***** Data provided

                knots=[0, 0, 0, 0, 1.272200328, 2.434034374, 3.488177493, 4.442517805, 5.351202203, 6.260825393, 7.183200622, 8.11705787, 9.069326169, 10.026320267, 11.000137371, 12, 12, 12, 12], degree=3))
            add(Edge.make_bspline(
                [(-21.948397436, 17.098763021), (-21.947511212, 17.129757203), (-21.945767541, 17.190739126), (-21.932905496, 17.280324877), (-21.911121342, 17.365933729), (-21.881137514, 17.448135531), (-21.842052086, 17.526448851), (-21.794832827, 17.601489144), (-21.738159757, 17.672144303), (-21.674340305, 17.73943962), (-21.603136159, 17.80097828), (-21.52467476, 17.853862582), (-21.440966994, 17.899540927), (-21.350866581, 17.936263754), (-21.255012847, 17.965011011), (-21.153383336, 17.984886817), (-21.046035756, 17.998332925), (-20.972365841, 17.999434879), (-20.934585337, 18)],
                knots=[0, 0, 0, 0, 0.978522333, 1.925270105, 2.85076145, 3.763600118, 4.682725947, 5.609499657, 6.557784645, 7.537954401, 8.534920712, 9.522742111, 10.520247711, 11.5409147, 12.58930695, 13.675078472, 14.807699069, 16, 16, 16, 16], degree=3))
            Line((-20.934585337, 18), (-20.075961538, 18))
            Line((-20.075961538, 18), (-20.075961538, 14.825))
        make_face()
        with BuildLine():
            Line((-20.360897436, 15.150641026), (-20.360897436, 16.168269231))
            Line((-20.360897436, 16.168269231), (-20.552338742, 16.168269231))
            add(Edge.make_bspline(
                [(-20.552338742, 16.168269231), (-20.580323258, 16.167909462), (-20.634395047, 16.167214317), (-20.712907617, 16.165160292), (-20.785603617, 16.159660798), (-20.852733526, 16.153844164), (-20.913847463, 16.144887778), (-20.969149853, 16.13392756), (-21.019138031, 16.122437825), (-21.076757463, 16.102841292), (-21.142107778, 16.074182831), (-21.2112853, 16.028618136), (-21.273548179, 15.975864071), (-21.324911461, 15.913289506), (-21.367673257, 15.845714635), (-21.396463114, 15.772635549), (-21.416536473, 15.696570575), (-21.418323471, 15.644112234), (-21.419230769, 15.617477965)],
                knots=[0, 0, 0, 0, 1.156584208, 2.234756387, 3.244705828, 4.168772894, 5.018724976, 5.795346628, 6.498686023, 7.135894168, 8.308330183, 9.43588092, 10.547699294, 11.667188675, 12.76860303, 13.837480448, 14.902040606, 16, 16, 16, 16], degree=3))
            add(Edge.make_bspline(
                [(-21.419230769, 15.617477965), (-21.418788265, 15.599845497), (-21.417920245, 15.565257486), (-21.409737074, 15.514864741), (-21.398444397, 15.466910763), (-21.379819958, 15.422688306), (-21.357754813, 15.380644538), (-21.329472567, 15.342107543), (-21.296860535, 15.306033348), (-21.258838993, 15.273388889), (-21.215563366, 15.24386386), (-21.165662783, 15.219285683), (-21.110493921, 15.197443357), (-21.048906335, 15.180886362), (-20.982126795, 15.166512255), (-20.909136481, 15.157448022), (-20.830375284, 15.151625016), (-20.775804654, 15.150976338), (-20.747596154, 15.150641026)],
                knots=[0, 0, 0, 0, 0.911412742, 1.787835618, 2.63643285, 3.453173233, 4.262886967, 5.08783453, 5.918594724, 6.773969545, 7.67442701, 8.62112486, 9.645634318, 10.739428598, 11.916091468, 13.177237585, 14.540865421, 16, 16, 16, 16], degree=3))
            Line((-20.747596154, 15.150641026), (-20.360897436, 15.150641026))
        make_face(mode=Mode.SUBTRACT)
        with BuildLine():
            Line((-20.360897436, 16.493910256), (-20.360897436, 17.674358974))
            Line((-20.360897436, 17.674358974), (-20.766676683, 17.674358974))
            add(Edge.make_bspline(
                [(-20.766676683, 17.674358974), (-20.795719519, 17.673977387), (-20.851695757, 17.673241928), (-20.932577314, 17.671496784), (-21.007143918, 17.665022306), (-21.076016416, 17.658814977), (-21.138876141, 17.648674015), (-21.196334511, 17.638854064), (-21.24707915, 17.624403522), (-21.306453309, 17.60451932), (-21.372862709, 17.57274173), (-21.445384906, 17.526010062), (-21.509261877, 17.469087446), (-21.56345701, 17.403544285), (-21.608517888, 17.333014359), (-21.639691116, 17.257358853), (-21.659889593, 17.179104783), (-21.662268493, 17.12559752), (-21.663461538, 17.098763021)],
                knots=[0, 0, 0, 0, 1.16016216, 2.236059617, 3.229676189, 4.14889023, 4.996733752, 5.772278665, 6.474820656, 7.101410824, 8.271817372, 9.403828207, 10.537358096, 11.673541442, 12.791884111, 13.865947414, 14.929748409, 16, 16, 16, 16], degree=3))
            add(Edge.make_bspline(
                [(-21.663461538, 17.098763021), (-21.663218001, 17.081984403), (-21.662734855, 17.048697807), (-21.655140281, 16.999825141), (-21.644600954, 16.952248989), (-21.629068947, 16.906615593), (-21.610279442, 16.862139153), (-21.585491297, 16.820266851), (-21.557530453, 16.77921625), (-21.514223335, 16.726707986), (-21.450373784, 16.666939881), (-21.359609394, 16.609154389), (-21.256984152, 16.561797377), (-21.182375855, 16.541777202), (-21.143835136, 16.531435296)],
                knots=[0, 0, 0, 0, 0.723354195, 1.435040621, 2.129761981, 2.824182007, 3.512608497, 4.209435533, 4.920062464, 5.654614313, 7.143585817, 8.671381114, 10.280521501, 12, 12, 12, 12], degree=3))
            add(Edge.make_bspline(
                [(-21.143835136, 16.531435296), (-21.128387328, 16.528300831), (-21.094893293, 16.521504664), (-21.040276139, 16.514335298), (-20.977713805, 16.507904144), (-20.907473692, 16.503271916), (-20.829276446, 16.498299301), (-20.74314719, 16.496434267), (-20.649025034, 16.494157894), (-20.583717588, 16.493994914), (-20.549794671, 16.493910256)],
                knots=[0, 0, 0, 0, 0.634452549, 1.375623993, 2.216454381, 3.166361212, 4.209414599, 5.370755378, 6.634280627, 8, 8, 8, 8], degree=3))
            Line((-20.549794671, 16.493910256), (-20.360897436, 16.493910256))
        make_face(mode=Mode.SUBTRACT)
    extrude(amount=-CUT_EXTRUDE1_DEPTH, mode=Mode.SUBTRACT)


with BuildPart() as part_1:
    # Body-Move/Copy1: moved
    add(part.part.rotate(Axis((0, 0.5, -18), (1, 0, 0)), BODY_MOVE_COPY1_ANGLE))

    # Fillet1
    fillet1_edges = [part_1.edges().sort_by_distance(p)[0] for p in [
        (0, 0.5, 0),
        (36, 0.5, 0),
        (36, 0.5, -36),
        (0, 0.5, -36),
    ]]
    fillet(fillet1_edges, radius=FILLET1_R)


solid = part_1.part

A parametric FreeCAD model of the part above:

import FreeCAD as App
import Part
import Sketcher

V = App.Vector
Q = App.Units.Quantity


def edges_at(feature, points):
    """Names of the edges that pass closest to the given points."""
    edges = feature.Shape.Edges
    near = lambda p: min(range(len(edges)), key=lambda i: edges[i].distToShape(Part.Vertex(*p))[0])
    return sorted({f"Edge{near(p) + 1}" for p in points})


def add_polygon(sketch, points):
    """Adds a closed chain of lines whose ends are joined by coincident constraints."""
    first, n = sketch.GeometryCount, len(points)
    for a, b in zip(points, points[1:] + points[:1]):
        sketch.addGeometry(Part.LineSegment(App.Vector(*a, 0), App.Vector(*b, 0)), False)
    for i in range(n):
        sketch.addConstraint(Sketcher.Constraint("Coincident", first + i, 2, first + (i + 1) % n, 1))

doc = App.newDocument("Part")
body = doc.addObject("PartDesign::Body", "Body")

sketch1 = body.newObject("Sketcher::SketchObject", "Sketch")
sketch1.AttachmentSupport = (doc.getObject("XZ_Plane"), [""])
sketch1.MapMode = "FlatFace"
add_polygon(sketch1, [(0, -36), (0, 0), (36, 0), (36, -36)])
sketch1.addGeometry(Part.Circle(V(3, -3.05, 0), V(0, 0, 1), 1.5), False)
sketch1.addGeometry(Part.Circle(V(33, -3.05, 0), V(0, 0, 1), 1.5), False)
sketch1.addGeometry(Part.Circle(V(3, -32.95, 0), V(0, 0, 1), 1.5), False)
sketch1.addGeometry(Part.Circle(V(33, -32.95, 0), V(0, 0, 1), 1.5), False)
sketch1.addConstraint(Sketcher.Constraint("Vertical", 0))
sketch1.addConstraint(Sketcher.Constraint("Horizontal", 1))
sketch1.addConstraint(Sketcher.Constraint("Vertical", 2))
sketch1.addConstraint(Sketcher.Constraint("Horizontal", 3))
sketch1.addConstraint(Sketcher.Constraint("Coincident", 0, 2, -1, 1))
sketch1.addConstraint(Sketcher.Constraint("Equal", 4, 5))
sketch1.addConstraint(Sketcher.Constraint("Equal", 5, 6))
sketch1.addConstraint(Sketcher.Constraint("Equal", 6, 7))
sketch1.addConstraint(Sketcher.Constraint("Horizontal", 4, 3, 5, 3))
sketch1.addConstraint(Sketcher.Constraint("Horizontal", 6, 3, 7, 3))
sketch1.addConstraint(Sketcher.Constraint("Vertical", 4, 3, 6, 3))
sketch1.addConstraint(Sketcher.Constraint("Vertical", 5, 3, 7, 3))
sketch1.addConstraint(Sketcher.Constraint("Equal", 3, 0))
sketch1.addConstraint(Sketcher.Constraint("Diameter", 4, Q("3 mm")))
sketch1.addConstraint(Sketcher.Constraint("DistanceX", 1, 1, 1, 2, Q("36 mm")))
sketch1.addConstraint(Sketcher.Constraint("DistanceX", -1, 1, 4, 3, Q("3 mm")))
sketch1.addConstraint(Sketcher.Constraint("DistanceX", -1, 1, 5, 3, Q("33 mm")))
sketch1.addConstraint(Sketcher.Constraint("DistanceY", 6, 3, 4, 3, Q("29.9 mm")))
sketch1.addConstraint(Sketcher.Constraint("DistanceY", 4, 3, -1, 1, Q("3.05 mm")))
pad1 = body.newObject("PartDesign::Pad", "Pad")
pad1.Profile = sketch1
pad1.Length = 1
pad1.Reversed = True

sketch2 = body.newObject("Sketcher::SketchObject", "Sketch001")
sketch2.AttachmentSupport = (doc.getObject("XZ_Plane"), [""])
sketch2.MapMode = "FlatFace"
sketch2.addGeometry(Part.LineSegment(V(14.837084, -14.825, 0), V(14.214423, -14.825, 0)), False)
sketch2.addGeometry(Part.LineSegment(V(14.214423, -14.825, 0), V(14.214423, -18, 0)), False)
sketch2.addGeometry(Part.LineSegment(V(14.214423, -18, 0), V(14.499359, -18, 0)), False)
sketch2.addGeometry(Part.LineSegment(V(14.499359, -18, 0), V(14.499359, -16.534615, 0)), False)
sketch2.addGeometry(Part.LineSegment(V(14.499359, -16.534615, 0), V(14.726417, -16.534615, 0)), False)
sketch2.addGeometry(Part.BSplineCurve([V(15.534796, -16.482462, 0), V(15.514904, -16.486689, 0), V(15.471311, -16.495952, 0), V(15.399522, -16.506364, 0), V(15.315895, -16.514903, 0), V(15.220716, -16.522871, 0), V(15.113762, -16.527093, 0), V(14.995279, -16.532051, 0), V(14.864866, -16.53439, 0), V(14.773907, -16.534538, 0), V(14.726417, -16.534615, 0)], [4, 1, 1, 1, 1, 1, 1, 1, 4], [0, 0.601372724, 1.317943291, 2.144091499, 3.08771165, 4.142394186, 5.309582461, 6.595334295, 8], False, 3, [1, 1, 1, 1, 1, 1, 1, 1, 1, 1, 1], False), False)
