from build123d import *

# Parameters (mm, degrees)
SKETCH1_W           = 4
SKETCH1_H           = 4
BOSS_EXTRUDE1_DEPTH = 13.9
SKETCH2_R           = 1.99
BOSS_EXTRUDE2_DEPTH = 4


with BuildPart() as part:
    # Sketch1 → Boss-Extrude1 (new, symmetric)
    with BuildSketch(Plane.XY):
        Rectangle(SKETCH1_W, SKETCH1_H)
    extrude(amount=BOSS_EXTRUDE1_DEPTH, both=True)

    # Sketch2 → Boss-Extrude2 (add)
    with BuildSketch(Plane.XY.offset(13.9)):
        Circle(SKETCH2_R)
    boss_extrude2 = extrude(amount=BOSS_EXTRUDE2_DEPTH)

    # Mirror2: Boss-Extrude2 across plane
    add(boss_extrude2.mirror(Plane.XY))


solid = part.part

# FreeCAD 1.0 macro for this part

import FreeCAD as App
import Part
import Sketcher
Q = App.Units.Quantity


def add_polygon(sketch, points):
    """Adds a closed chain of lines whose ends are joined by coincident constraints."""
    first, n = sketch.GeometryCount, len(points)
    for a, b in zip(points, points[1:] + points[:1]):
        sketch.addGeometry(Part.LineSegment(App.Vector(*a, 0), App.Vector(*b, 0)), False)
    for i in range(n):
        sketch.addConstraint(Sketcher.Constraint("Coincident", first + i, 2, first + (i + 1) % n, 1))

doc = App.newDocument("Part")
body = doc.addObject("PartDesign::Body", "Body")

# Sketch on XY plane
sketch1 = body.newObject("Sketcher::SketchObject", "Sketch")
sketch1.AttachmentSupport = (doc.getObject("XY_Plane"), [""])
sketch1.MapMode = "FlatFace"
add_polygon(sketch1, [(-2, 2), (-2, -2), (2, -2), (2, 2)])  # lines 0-3
sketch1.addConstraint(Sketcher.Constraint("Vertical", 0))
sketch1.addConstraint(Sketcher.Constraint("Horizontal", 1))
sketch1.addConstraint(Sketcher.Constraint("Vertical", 2))
sketch1.addConstraint(Sketcher.Constraint("Horizontal", 3))
sketch1.addConstraint(Sketcher.Constraint("Symmetric", 0, 2, 2, 2, -1, 1))
sketch1.addConstraint(Sketcher.Constraint("Equal", 3, 0))
sketch1.addConstraint(Sketcher.Constraint("DistanceX", 1, 1, 1, 2, Q("4 mm")))
pad1 = body.newObject("PartDesign::Pad", "Pad")
pad1.Profile = sketch1
pad1.Length = 27.8
pad1.Midplane = True

# Sketch on XY plane
sketch2 = body.newObject("Sketcher::SketchObject", "Sketch001")
sketch2.AttachmentSupport = (doc.getObject("XY_Plane"), [""])
sketch2.MapMode = "FlatFace"
sketch2.AttachmentOffset = App.Placement(App.Vector(0, 0, 13.9), App.Rotation())
sketch2.addGeometry(Part.Circle(App.Vector(0, 0, 0), App.Vector(0, 0, 1), 2), False)
sketch2.addConstraint(Sketcher.Constraint("Coincident", 0, 3, -1, 1))
sketch2.addConstraint(Sketcher.Constraint("Diameter", 0, Q("3.98 mm")))
pad2 = body.newObject("PartDesign::Pad", "Pad001")
pad2.Profile = sketch2
pad2.Length = 4
doc.recompute()

mirrored = body.newObject("PartDesign::Mirrored", "Mirrored")
mirrored.Originals = [pad2]
mirrored.MirrorPlane = (doc.getObject("XY_Plane"), [""])
body.Tip = mirrored

doc.recompute()
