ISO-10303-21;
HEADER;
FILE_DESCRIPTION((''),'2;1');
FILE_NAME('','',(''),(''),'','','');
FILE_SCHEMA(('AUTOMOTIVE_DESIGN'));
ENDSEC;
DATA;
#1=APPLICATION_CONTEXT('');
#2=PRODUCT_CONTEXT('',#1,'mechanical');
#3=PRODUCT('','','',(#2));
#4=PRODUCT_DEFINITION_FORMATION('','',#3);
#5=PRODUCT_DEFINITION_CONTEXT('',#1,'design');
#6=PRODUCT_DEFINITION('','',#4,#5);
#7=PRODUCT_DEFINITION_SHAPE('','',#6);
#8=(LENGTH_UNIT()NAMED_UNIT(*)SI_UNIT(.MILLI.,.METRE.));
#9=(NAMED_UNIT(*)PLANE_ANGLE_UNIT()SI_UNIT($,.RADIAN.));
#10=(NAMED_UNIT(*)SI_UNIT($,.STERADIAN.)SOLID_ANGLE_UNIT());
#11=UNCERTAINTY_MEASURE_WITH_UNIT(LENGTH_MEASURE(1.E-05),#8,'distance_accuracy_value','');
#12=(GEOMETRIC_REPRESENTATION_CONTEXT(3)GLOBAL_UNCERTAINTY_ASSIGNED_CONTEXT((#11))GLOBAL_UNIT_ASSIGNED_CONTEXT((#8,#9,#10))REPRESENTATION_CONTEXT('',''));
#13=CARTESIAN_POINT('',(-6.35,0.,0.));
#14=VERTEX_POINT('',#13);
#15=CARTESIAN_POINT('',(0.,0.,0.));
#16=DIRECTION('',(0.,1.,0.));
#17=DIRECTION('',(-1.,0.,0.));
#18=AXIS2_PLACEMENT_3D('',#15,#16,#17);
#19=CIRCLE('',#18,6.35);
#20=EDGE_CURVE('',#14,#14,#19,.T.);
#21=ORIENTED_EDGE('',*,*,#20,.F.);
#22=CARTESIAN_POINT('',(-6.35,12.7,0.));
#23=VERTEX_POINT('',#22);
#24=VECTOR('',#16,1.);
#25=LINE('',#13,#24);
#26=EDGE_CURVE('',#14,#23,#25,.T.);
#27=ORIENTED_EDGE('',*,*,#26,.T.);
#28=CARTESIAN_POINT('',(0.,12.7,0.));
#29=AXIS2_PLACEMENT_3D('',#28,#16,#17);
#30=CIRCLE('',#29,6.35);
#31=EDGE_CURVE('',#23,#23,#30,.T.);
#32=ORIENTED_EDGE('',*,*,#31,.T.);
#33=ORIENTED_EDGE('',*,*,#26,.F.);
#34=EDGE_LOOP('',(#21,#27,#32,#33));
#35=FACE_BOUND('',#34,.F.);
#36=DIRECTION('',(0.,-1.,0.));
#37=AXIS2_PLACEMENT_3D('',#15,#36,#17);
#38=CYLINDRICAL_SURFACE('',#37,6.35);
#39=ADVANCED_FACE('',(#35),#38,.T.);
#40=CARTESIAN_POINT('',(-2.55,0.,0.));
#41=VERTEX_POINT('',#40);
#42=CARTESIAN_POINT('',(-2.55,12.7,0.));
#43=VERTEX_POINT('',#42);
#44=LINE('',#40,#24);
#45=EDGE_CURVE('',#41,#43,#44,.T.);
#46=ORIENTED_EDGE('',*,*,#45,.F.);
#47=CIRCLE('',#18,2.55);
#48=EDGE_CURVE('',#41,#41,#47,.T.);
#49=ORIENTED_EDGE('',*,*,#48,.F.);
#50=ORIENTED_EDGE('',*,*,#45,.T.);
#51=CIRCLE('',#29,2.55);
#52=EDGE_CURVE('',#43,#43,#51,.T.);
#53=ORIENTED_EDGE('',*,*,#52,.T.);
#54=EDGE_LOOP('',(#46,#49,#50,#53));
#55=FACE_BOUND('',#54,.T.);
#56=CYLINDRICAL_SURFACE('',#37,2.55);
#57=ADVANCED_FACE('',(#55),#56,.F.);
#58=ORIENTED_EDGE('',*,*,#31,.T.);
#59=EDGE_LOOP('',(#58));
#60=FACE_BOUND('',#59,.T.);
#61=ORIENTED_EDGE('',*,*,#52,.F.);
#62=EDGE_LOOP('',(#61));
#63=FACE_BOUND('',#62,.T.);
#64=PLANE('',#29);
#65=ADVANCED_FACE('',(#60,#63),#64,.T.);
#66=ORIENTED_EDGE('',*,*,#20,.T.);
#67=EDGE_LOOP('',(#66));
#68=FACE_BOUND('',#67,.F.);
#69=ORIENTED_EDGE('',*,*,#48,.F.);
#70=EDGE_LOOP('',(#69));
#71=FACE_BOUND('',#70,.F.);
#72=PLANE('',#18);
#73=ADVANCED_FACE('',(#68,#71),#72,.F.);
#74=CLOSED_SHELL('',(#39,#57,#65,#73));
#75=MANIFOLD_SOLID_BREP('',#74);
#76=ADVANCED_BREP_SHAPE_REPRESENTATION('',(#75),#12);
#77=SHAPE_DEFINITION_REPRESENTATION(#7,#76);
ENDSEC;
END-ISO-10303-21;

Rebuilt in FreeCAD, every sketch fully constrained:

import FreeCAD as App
import Part
import Sketcher

V = App.Vector
Q = App.Units.Quantity

doc = App.newDocument("Part")
body = doc.addObject("PartDesign::Body", "Body")

sketch1 = body.newObject("Sketcher::SketchObject", "Sketch")
sketch1.AttachmentSupport = (doc.getObject("XZ_Plane"), [""])
sketch1.MapMode = "FlatFace"
sketch1.addGeometry(Part.Circle(V(0, 0, 0), V(0, 0, 1), 6.3), False)
sketch1.addGeometry(Part.Circle(V(0, 0, 0), V(0, 0, 1), 2.5), False)
sketch1.addConstraint(Sketcher.Constraint("Coincident", 0, 3, -1, 1))
sketch1.addConstraint(Sketcher.Constraint("Coincident", 1, 3, -1, 1))
sketch1.addConstraint(Sketcher.Constraint("Diameter", 0, Q("12.7 mm")))
sketch1.addConstraint(Sketcher.Constraint("Diameter", 1, Q("5.1 mm")))
pad1 = body.newObject("PartDesign::Pad", "Pad")
pad1.Profile = sketch1
pad1.Length = 12.7
pad1.Reversed = True

doc.recompute()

**********

What needs to be done
Reproduce, word for word and in full, only the lines above that start at the line with "# Parameters (mm, degrees)" and run through the line with "Circle(SKETCH2_R)", both ends included.

Solution to the exercise
# Parameters (mm, degrees)
SKETCH1_W           = 4
SKETCH1_H           = 4
BOSS_EXTRUDE1_DEPTH = 13.9
SKETCH2_R           = 1.99
BOSS_EXTRUDE2_DEPTH = 4


with BuildPart() as part:
    # Sketch1 → Boss-Extrude1 (new, symmetric)
    with BuildSketch(Plane.XY):
        Rectangle(SKETCH1_W, SKETCH1_H)
    extrude(amount=BOSS_EXTRUDE1_DEPTH, both=True)

    # Sketch2 → Boss-Extrude2 (add)
    with BuildSketch(Plane.XY.offset(13.9)):
        Circle(SKETCH2_R)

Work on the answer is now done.